Time Limit and Benchmarking
A few more words to extend the exam analogy along two other directions: time limit and benchmarking.
Even though test-time compute is all the rage right now, AI still cannot take forever to answer questions, just like how an open-book exam still has a time limit. The tradeoff between answer quality and accuracy versus the time it takes to get to that answer will be the linchpin to how much AI can proliferate and be adopted in the real world. Getting this tradeoff right goes to the heart of user experience, where the speed of thinking and delivering quality answers still matters, which means the speed of computation is still an important factor.

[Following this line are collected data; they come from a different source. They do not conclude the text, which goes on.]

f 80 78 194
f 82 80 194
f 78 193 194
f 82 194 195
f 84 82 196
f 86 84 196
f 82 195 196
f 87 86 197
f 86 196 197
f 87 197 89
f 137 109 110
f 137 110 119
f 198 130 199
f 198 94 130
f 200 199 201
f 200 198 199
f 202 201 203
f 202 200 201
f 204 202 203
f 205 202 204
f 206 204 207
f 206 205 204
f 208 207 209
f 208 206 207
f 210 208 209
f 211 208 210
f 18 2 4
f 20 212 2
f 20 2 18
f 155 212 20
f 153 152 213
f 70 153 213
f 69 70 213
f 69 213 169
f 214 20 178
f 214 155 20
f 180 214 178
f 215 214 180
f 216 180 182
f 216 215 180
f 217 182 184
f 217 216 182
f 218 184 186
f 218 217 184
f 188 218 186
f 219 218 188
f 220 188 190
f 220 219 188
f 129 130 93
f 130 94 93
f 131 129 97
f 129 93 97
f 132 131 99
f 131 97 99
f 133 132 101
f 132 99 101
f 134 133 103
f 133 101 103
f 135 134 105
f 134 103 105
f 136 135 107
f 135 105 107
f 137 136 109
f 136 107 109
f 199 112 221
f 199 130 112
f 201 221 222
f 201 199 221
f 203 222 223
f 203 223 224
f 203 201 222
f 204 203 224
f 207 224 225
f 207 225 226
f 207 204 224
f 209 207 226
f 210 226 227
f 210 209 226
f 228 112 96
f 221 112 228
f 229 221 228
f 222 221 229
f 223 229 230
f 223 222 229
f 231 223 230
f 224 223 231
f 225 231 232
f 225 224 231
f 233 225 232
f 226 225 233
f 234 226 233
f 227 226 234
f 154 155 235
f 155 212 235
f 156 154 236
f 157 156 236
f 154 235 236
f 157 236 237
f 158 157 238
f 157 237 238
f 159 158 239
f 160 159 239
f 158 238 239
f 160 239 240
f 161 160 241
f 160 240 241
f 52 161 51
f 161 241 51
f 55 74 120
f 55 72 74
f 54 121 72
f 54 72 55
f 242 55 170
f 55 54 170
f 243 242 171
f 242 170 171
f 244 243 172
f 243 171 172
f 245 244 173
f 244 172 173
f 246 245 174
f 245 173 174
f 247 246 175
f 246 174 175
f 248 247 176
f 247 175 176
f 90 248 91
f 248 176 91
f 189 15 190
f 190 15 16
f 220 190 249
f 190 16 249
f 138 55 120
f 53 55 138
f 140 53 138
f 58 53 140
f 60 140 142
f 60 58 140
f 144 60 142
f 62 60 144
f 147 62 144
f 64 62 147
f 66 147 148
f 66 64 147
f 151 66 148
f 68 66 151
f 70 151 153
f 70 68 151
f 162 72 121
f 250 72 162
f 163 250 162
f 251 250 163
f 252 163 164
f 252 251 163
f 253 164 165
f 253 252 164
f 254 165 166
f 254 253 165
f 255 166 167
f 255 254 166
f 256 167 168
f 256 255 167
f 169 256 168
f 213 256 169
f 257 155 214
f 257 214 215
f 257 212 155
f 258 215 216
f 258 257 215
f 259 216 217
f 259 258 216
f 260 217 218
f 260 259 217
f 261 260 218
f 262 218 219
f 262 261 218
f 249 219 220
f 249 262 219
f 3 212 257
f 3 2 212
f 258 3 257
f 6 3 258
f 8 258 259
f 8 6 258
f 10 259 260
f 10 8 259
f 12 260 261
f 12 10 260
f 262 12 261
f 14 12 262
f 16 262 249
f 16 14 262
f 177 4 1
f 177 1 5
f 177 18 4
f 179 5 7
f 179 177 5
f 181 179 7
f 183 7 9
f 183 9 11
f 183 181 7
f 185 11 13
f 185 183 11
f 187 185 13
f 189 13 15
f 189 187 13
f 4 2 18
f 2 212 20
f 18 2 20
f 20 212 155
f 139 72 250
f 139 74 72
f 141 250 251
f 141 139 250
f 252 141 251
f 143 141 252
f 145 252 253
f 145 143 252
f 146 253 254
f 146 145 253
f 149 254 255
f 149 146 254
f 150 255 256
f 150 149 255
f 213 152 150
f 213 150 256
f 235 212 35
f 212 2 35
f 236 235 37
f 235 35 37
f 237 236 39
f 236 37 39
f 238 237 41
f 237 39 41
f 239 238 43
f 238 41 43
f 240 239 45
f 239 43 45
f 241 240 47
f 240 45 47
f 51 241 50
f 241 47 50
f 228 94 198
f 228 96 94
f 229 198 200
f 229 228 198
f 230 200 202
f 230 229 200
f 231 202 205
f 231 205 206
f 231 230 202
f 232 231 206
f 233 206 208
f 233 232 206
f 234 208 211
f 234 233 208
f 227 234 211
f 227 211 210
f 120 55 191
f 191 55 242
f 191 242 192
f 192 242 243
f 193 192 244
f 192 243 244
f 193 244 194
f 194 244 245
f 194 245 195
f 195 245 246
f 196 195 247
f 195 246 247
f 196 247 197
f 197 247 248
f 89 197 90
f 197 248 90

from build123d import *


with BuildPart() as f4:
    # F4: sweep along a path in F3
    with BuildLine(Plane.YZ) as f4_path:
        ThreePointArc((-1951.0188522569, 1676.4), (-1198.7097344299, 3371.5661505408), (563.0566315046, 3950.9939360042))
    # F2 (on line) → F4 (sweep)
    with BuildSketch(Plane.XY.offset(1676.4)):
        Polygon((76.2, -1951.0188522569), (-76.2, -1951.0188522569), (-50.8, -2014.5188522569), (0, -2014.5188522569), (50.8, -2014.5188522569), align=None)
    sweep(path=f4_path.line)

Benchmarking, which every new AI model inevitably excels in when it is released, is kind of like knowing the questions ahead of taking the exam. This does not mean that scoring high on benchmarks is useless information. After all, just because you know the question in advance does not mean you can answer the question. But knowing the questions in advance lends itself to fine-tuning models to score well on certain benchmarks. That said, it’s rarely possible to excel at all known benchmarks because everything is a tradeoff. So whenever you see an impressive benchmark score, put it in context, view it appropriately, and be aware that the practice of “benchmarketing” is as old as time. The AI industry is not immune to it.
To AI academics and researchers who are in the weeds of building frontier AI models, I hope my human exam-taking analogies do not gloss over too many salient details, and they illuminate more than they obscure.
For people who have a stake in AI – investors, policymakers, enterprise adopters, everyday users – but don’t work intimately on the training or development of AI models and find all the jargon confusing, I hope my analogy can serve as a solid grounding that you can recall and relate to in your own life, every time the discussion gets too noisy.
Just remember, whenever you interact with an AI system, it is taking either a closed-book exam (non-reasoning model) or an open-book exam (reasoning model). The exam questions are your requests. No more, no less.